Last edited by qman; 11-05-2004 at 02:08 PM.
#5
Leak at master Cylinder
Thank Gman for all the help I will give the autoparts store a call and see if they have a master cylinder. So far I dont think any brake fluid got sucked into the booster. I pulled vacuum line at the booster and did not see any signs of brake fluid. Any advice on changing Master cylinder I never have change one before?
#6
It's pretty easy to change. Unbolt the two lines, disconnect the fluid sensor, unbolt it from the booster, and bolt the new one in place. Then, of course you will have to bleed all your brakes THOROUGHLY. You will have some air in the lines, and you will have to keep pumping until no more air comes out.
If you can borrow a good set of line wrenches, you'd be better off. If you snap a brake line, or round off the nut, you're in trouble.
Also, just because you don't see any signs of fluid in the vacuum line doesn't mean your booster isn't full of fluid. Take the master off and look inside with a flashlight. Chances are you'll see some inside.
The worst I've ever seen was one where I took the master off, and fluid POURED out the booster. How do you keep adding fluid to a brake system and not realize anything's wrong?
If you can borrow a good set of line wrenches, you'd be better off. If you snap a brake line, or round off the nut, you're in trouble.
Also, just because you don't see any signs of fluid in the vacuum line doesn't mean your booster isn't full of fluid. Take the master off and look inside with a flashlight. Chances are you'll see some inside.

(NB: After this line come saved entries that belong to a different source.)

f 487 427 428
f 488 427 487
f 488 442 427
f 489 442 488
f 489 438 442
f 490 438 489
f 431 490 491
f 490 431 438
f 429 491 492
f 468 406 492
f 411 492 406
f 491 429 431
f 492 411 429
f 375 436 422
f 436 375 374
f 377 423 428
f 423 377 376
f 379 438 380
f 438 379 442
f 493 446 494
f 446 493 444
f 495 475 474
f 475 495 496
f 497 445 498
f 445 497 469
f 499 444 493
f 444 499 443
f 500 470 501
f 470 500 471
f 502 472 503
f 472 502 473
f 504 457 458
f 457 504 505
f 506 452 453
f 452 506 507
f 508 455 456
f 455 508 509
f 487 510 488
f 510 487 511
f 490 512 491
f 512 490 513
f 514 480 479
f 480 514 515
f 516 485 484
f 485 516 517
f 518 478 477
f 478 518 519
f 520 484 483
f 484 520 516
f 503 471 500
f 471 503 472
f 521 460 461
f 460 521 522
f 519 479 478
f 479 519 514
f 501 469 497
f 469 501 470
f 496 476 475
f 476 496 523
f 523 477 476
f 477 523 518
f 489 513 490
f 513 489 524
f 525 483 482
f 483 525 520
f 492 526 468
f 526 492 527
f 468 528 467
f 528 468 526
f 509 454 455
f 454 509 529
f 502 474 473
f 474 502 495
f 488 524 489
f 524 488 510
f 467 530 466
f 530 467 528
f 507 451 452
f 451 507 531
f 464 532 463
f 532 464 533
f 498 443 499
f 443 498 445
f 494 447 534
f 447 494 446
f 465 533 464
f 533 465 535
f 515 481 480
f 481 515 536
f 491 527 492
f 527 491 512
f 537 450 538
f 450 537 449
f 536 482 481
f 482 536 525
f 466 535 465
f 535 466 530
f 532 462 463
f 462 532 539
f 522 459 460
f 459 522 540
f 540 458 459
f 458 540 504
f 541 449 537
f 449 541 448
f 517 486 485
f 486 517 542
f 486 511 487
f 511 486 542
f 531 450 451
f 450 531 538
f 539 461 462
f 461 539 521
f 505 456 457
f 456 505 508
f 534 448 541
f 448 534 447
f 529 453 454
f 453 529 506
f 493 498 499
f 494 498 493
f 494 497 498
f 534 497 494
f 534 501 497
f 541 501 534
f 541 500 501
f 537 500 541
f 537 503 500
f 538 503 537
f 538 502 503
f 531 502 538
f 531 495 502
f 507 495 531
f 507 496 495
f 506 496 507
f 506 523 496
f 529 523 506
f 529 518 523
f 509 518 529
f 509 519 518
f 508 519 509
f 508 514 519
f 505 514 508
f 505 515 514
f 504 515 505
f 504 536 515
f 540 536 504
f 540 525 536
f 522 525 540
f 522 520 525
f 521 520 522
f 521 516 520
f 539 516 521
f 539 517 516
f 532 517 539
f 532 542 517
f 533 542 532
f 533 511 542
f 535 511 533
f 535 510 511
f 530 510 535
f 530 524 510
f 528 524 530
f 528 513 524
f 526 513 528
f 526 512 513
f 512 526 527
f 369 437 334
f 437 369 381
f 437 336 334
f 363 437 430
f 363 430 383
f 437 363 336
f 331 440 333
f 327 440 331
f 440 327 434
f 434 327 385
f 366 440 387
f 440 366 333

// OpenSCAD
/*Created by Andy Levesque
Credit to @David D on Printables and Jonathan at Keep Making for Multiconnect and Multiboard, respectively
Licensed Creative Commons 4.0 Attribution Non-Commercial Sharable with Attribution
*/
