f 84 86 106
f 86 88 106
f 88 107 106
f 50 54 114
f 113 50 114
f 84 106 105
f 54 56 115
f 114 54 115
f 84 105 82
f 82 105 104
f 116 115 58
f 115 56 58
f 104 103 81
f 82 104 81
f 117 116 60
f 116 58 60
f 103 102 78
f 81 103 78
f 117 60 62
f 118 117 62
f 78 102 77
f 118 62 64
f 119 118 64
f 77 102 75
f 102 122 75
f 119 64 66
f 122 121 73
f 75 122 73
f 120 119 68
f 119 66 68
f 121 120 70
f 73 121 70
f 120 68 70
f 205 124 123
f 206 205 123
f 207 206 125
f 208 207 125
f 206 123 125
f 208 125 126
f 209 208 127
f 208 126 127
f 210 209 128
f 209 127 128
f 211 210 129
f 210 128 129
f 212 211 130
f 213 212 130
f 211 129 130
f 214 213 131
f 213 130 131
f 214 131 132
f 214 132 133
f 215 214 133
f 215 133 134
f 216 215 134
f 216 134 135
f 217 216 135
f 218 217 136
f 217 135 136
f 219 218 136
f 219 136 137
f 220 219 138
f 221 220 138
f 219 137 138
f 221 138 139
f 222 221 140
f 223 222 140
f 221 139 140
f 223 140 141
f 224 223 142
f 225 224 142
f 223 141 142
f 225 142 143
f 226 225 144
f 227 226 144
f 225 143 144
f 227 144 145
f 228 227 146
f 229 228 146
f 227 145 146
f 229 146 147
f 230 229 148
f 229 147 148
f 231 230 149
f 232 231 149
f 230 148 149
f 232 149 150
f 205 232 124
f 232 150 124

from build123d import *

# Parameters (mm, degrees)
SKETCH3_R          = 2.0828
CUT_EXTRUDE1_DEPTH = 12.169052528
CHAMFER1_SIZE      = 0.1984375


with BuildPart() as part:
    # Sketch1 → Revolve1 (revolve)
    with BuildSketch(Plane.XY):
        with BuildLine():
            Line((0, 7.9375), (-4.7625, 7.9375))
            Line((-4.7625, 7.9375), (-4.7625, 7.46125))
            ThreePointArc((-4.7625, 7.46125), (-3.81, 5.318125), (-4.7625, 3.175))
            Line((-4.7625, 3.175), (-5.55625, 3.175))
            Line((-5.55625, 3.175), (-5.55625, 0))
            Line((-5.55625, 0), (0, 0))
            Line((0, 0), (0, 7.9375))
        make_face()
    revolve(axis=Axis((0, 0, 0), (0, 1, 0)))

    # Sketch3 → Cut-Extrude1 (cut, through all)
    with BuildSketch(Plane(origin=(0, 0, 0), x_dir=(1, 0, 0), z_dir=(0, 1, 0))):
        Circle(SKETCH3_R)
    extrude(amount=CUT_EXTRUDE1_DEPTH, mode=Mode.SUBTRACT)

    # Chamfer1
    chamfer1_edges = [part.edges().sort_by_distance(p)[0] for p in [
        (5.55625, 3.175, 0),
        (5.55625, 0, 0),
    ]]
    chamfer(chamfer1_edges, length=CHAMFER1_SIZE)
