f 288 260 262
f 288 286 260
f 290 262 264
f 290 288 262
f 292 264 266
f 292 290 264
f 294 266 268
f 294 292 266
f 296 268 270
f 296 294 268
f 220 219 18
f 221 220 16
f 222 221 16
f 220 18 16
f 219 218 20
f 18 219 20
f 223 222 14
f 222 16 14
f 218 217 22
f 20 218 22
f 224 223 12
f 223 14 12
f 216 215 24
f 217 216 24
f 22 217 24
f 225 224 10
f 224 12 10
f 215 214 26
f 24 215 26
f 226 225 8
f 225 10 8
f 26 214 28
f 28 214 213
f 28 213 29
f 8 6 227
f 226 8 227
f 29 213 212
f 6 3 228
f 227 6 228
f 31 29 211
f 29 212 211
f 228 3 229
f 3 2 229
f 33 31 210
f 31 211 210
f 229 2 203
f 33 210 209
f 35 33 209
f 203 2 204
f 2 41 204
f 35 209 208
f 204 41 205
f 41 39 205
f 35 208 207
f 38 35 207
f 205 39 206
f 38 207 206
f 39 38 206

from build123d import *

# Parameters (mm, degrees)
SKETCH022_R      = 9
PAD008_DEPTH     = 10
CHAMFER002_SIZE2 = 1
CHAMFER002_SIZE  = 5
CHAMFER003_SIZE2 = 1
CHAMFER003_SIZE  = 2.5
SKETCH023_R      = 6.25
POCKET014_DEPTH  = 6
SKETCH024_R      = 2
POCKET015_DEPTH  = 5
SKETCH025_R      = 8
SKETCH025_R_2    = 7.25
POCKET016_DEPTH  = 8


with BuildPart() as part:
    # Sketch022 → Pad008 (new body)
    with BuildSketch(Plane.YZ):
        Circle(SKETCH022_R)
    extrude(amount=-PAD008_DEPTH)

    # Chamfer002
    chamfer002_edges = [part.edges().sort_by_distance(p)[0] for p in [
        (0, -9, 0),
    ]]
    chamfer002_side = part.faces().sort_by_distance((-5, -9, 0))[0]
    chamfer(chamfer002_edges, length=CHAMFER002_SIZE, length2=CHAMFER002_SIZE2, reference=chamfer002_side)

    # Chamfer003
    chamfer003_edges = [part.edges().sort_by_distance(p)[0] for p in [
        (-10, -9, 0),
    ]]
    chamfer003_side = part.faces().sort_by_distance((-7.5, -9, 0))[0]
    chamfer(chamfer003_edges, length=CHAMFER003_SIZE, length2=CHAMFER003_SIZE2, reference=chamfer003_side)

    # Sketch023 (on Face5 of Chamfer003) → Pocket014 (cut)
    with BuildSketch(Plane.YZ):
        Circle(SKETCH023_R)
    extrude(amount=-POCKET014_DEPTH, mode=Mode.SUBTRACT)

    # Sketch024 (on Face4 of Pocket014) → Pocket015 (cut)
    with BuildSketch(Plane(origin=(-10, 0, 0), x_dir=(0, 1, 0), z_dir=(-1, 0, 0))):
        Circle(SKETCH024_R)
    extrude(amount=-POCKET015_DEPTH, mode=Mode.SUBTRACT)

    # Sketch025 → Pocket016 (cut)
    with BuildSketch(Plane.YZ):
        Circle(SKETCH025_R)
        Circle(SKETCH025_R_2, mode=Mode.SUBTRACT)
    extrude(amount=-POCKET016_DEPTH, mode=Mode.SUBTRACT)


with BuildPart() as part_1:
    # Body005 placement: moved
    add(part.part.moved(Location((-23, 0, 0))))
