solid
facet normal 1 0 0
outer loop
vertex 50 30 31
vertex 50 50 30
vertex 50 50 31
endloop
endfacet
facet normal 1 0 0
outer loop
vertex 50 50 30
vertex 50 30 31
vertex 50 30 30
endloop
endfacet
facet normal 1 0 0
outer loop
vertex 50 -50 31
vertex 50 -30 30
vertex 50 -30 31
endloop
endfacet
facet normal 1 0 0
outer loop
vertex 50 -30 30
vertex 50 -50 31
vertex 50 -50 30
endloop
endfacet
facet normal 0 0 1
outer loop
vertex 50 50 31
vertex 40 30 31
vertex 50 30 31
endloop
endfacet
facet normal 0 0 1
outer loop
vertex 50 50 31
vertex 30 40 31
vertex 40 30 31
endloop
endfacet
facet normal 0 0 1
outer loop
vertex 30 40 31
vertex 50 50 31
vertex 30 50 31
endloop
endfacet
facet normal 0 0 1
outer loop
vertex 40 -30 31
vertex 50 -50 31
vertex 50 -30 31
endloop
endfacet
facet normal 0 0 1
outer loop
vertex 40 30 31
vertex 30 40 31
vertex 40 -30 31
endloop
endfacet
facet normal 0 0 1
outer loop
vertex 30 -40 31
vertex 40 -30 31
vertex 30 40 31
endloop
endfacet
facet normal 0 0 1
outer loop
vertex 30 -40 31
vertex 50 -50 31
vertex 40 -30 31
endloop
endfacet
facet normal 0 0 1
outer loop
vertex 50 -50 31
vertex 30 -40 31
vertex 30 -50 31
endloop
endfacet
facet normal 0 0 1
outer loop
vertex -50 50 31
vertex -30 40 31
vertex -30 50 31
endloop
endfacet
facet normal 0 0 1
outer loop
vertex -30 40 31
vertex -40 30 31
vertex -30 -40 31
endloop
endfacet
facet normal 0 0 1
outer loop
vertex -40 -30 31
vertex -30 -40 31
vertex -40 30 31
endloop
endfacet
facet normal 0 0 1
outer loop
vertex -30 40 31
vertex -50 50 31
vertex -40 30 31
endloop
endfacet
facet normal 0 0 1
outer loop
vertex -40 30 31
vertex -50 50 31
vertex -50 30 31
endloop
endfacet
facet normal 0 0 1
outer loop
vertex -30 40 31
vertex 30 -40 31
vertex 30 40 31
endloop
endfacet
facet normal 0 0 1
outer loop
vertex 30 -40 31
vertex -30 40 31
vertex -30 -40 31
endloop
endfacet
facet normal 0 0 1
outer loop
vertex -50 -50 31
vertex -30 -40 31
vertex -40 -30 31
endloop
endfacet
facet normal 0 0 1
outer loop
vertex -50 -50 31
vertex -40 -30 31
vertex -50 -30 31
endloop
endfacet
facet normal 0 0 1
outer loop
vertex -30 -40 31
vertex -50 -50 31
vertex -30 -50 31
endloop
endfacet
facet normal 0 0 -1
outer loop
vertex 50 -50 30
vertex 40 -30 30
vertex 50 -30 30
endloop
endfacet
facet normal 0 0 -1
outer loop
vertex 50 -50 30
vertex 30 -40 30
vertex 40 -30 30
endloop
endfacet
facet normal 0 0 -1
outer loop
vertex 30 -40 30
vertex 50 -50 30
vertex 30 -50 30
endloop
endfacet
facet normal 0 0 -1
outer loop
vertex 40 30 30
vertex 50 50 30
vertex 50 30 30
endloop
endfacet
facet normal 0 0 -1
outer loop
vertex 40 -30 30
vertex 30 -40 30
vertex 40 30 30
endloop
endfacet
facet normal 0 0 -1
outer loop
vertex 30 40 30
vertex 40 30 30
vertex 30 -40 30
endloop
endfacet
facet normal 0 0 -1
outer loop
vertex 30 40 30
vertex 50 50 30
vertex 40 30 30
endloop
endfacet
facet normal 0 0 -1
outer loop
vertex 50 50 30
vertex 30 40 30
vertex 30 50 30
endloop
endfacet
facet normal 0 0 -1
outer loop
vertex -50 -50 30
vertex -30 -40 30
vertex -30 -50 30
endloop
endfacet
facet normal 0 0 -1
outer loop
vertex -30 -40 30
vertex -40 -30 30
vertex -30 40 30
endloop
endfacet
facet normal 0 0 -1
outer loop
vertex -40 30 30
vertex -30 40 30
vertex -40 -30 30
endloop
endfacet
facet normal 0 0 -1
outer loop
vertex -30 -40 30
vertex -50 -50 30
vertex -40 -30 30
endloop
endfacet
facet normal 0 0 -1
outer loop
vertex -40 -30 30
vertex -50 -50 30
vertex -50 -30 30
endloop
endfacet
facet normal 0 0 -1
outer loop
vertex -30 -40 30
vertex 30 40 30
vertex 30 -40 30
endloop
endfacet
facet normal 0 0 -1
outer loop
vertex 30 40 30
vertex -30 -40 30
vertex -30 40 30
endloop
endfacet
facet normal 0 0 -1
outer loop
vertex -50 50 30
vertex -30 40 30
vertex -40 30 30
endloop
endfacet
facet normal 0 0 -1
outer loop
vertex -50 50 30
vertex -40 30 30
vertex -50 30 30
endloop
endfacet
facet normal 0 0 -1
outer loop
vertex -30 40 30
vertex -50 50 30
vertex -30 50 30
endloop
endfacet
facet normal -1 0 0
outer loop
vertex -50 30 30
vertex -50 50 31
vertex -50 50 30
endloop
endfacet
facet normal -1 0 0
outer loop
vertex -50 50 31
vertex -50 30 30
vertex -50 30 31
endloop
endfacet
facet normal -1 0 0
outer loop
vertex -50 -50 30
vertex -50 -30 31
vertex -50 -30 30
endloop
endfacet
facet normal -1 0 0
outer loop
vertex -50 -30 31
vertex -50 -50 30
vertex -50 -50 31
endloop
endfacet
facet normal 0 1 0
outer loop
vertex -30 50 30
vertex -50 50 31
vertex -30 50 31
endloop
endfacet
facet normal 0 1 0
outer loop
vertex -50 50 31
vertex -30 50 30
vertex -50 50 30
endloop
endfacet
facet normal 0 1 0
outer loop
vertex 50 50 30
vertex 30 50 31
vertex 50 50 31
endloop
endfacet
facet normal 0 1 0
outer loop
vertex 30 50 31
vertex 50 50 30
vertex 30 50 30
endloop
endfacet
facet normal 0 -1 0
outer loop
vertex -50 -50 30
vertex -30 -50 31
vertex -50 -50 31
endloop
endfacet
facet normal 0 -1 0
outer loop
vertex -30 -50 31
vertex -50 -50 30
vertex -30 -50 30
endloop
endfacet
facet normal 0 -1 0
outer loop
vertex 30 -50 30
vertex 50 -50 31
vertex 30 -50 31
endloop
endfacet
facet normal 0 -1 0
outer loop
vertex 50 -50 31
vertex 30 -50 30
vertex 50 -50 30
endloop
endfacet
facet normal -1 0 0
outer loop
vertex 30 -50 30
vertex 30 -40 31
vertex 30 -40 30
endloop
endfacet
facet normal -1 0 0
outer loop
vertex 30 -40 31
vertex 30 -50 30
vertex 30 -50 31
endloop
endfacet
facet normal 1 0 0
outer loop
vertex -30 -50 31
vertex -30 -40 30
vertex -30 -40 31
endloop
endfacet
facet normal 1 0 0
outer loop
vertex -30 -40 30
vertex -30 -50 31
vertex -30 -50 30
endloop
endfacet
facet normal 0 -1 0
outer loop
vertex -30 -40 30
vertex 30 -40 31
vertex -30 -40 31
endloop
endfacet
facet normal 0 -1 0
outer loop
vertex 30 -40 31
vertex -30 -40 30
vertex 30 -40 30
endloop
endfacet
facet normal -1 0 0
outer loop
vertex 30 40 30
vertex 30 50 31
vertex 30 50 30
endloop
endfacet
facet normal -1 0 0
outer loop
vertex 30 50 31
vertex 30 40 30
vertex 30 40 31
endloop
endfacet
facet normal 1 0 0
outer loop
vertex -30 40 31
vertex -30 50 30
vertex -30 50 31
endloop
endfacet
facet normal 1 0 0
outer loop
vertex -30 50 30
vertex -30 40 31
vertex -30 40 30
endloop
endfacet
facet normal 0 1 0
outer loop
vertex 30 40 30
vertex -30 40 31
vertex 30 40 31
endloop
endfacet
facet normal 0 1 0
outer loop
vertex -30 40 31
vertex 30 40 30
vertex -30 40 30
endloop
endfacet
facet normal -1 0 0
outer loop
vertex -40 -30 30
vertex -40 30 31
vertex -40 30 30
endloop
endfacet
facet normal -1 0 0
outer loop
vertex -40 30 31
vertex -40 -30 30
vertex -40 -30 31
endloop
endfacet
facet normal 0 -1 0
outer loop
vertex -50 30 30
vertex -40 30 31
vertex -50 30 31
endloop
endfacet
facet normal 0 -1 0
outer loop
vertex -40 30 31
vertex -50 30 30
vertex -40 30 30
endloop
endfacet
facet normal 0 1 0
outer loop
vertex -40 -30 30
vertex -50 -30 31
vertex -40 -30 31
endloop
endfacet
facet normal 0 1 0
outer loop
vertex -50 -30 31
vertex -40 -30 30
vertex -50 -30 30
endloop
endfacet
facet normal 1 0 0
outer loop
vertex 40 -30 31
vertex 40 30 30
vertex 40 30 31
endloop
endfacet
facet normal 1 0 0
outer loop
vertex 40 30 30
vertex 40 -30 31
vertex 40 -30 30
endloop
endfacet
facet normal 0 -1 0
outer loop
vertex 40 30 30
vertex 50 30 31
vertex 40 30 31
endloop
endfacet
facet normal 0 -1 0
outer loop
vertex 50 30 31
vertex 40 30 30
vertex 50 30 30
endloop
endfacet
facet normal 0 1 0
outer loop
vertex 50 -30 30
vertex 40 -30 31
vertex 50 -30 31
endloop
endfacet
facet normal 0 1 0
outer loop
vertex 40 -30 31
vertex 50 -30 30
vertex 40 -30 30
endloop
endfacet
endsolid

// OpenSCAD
Altura = 130;
Ancho = 100;
Grosor = 1;

Hueco_motor_diametro = 5.5;

Hueco_LCD_h = 24;
Hueco_LCD_w = 71;

Hueco_base_w = 50;
Hueco_base_h = 86;

Soporte = Ancho;
Correccion_soporte_largo = Ancho - 40;
Correccion_soporte_ancho = 10;

Repisa1 = Altura-50;
Repisa2 = Altura-100;

Altura_Nema17 = 42.3;

Taco = 2;

Abertura = 10;
Abertura_h = 20;
/*
rotate([0,0,90])
translate([-20, -4 , Repisa1])
import("/home/javier/Downloads/Raspberry.stl");
*/
/*
difference(){

union(){
    
    //Paredes
    
    //Perpendiculares al eje y (frente y fondo)
    
    translate([-Ancho/2,-Ancho/2,0])
    cube([Ancho,Grosor,Altura], center = false);
    
    translate([-Ancho/2, Ancho/2,0])
    cube([Ancho,Grosor,Altura], center = false);
        
        
    //Perpendiculares al eje x (lados)
    translate([-Ancho/2,-Ancho/2,0])
    cube([Grosor,Ancho,Altura], center = false);
    
    translate([Ancho/2,-Ancho/2,0])
    cube([Grosor,Ancho+Grosor,Altura], center = false);


    
    //Tacos Sujecion Repisa1
        
        
    translate([-Ancho/2 + Grosor, -Ancho/2 + Grosor, Repisa1-Taco])
    cube([Taco,Taco,Taco], center = false);
    translate([-Ancho/2 + Grosor, Ancho/2-Taco, Repisa1-Taco])
    cube([Taco,Taco,Taco], center = false);
    translate([Ancho/2 - Taco, -Ancho/2+Grosor, Repisa1-Taco])
    cube([Taco,Taco,Taco], center = false);
    translate([Ancho/2 - Taco, Ancho/2-Taco, Repisa1-Taco])
    cube([Taco,Taco,Taco], center = false);  
      
    //Tacos Sujecion Repisa2
        
        
    translate([-Ancho/2 + Grosor, -Ancho/2 + Grosor, Repisa2-Taco])
    cube([Taco,Taco,Taco], center = false);
    translate([-Ancho/2 + Grosor, Ancho/2-Taco, Repisa2-Taco])
    cube([Taco,Taco,Taco], center = false);
    translate([Ancho/2 - Taco, -Ancho/2+Grosor, Repisa2-Taco])
    cube([Taco,Taco,Taco], center = false);
    translate([Ancho/2 - Taco, Ancho/2-Taco, Repisa2-Taco])
    cube([Taco,Taco,Taco], center = false);      
    


    };
    
        
        //Hueco Motor Nema17
        translate([0, Ancho/2 + Grosor, Repisa1 + 1/2 * Altura_Nema17])
        rotate([90, 0, 0])
        cylinder(h=Grosor, d=5);
    
        
        //Hueco LCD
        translate([Ancho/2, -Hueco_LCD_w/2, Altura - Hueco_LCD_h - 2])
        cube([Grosor, Hueco_LCD_w, Hueco_LCD_h], center = false);
        
        //Abertura en paredes Suelo
        translate([-Ancho/2+Abertura,-Ancho/2,0])
        cube([Ancho-Abertura*2,Grosor,Abertura_h], center = false);
    
        translate([-Ancho/2+Abertura,Ancho/2,0])
        cube([Ancho-Abertura*2,Grosor,Abertura_h], center = false);
    
        translate([-Ancho/2,-Ancho/2 + Abertura,0])
        cube([Grosor,Ancho-Abertura*2,Abertura_h], center = false);
        
        translate([Ancho/2,-Ancho/2 + Abertura,0])
        cube([Grosor,Ancho-Abertura*2,Abertura_h], center = false);
        
        //Abertura en pared Trasera
        translate([-Ancho/2+Abertura,-Ancho/2,Repisa2+Grosor])
        cube([Ancho-Abertura*2,Grosor,Abertura_h], center = false);
        
        //Abertura en pared Trasera
        translate([-Ancho/2+Abertura,-Ancho/2,Repisa1+Grosor])
        cube([Ancho-Abertura*2,Grosor,Abertura_h], center = false);
        
        
    
};
   

        
   
*/
/*
    
    //creacion de Repisa1
    difference(){
        translate([-Ancho/2, -Ancho/2, Repisa1])
            cube([Soporte, Soporte, Grosor], center = false);
        translate([-Ancho/2+20, -Ancho/2, Repisa1])
            cube([Correccion_soporte_largo, Correccion_soporte_ancho, Grosor], center = false);
        translate([-Ancho/2, -Ancho/2 +20, Repisa1])
            cube([Correccion_soporte_ancho, Correccion_soporte_largo, Grosor], center = false);
        translate([Ancho/2-10, -Ancho/2 +20, Repisa1])
            cube([Correccion_soporte_ancho, Correccion_soporte_largo, Grosor], center = false);
        translate([0, 0, Repisa1])
            cylinder(h=Grosor, d = 15);
        };        
   
*/    
    //creacion de Repisa2
    difference(){
        translate([-Ancho/2, -Ancho/2, Repisa2])
            cube([Soporte, Soporte, Grosor], center = false);
        translate([-Ancho/2+20, -Ancho/2, Repisa2])
            cube([Correccion_soporte_largo, Correccion_soporte_ancho, Grosor], center = false);
        translate([-Ancho/2+20, Ancho/2 -10, Repisa2])
            cube([Correccion_soporte_largo, Correccion_soporte_ancho, Grosor], center = false);
        translate([-Ancho/2, -Ancho/2 +20, Repisa2])
            cube([Correccion_soporte_ancho, Correccion_soporte_largo, Grosor], center = false);
        translate([Ancho/2-10, -Ancho/2 +20, Repisa2])
            cube([Correccion_soporte_ancho, Correccion_soporte_largo, Grosor], center = false);
        };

The worst I've ever seen was one where I took the master off, and fluid POURED out the booster. How do you keep adding fluid to a brake system and not realize anything's wrong?
#7
ham4ever, sorry but I've been away from the computer all weekend. Its not a hard job. andym is right on. The hard part is bleeding the lines and that isn't hard, it's just takes time. I was just reading another thread the other day. Some mechanic suggested that instead of pumping the brake to bleed the lines, just open them up and let them flow. I would place a piece of that clear tubing on each bleeder valve and have it empty into a jar or something. I think the thread was refereeing to replacing fluid instead of getting rid of air. Air is what will be in your lines when you undo them from the master. Not much but just a little bubble is enough that you will need to bleed them. That little air bubble is what you have in there now. Remember in an earlier post you mentioned that the brakes were a little soft and spongy and then got strong after a pump or two. That's because the air bubble compresses. On that first pump the air is compressing so instead of hydraulic fluid pushing your brake pistons, the air is just collapsing. Once it is compressed then you get a strong brake. You need to get that air out of the line. Go out and buy yourself a Haynes manual. They're about $15 bucks and have step by step instructions on how to do all of this. Although for a master cylinder just follow andym's instructions. A master cylinder is cheap and replacing it is easy. If you're not comfortable with bleeding the brakes you can buy yourself a vacuum gun. It will allow you to bleed the brakes all by yourself. I even think Walmart sells one.